Pick-up in retail sales not the full pictureComment on this story
The surprising 2.4 percent increase in retail sales in May, against much lower projections, did not indicate that consumers were out of their misery yet, on the contrary, the risk of a recession was still high, economists said yesterday.
Against a meek consensus of 0.8 percent growth from economists, retail sales growth at constant prices shot up to 2.4 percent in May from 1.8 percent in April, Statistics SA data showed yesterday.
However, economists were quick to note that the outlook for consumer spending remained poor. “Household finances are weak and consumer confidence is still fragile,” Nedbank economic unit said yesterday.
“Household income, which is already growing at a slower rate, is eroded further by rising inflation and strikes in some industries.”
Annabel Bishop, the chief economist at Investec, said on a quarterly basis retail sales continued to contract by 3.1 percent in May after a 2.3 percent decline in April as consumer demand deteriorated markedly in the second quarter.

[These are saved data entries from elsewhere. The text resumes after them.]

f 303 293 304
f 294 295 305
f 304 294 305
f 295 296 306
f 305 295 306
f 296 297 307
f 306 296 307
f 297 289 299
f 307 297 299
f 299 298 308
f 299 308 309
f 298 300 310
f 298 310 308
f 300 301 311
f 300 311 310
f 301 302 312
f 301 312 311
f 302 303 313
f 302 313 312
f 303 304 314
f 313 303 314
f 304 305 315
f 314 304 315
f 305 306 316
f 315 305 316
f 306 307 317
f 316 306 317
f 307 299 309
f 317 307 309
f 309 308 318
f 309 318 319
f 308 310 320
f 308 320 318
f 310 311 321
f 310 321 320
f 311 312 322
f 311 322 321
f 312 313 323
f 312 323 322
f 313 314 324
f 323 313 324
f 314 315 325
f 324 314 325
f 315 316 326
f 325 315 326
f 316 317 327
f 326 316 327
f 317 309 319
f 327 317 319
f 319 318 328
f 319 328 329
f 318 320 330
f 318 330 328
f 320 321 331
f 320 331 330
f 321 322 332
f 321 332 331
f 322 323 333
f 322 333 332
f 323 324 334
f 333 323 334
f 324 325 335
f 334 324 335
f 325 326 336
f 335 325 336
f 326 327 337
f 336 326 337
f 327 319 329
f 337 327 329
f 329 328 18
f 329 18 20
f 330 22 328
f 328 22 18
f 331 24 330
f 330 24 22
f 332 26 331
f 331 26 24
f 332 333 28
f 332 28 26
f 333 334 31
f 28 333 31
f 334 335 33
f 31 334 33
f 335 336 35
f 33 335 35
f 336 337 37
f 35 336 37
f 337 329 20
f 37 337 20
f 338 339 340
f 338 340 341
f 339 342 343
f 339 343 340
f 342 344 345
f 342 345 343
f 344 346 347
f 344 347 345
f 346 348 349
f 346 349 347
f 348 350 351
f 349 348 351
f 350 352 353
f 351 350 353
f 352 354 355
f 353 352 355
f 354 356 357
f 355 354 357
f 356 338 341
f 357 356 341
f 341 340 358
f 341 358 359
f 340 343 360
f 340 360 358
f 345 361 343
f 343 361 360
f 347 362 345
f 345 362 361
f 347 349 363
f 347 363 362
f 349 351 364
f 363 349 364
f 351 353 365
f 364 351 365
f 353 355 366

She said this did not bode well for the gross domestic product (GDP) outcome in the second quarter, as the first quarter saw retail sales rise by 2.2 percent.
The economy shrank a seasonally adjusted annualised 0.6 percent in the first quarter.
Bishop stressed that other economic indicators such as the second-quarter figures for industrial production, which includes mining, electricity and manufacturing production, showed a contraction on a quarterly basis in May.
“This implies that the risk of a recession in the first half of this year remains prominent.”
The 2.4 percent increase in May was mainly driven by a rise in sales in the general dealers category, which rose by 2.6 percent year on year, contributing 1 percentage point.
This was followed by the textile, clothing, footwear and leather retailers which increased by 3.9 percent, adding 0.9 percentage point.
However, sales in the household furniture and appliances and hardware, paint and glass declined on an annual basis, each taking 0.1 percentage points off the total figure.
On a seasonally adjusted basis, retail sales grew by 0.8 percent month on month.
Bishop said that Investec continued to expect retail sales growth of about 2 percent year on year for this year.
This was in line with the bank’s current GDP growth forecast for the year of 1.9 percent year on year.
“Households have seen a marked deterioration in financial health even before the 50 basis point rise in the repo rate in January, and real disposable income growth has slowed markedly, to 1.7 percent in the first quarter from 6.3 percent on a quarterly basis in 2011.”
In addition to this, household debt to disposable income was relatively high, and lending conditions had tightened.
According to National Credit Regulator data, consumers’ impairments showed a sharp drop from 48.1 percent to 44.2 percent on the effects of the credit amnesty. “However, this does not imply consumers are better able to handle higher interest rates, but rather that many old records were removed from the system where payments were not being serviced,” Bishop said.
Growth in private sector credit extended to the household sector has declined to 4.3 percent year on year from 10 percent in 2012.
Nedbank’s economic unit said the Reserve Bank faced a dilemma of striking a balance between weak growth and rising inflation. It anticipated that the likelihood of an early rate hike was not possible, however further rand weakness and rising inflation could force some tightening later in the year. Bishop agreed, saying that she expected only one more rate hike this year, of 25 basis points in November.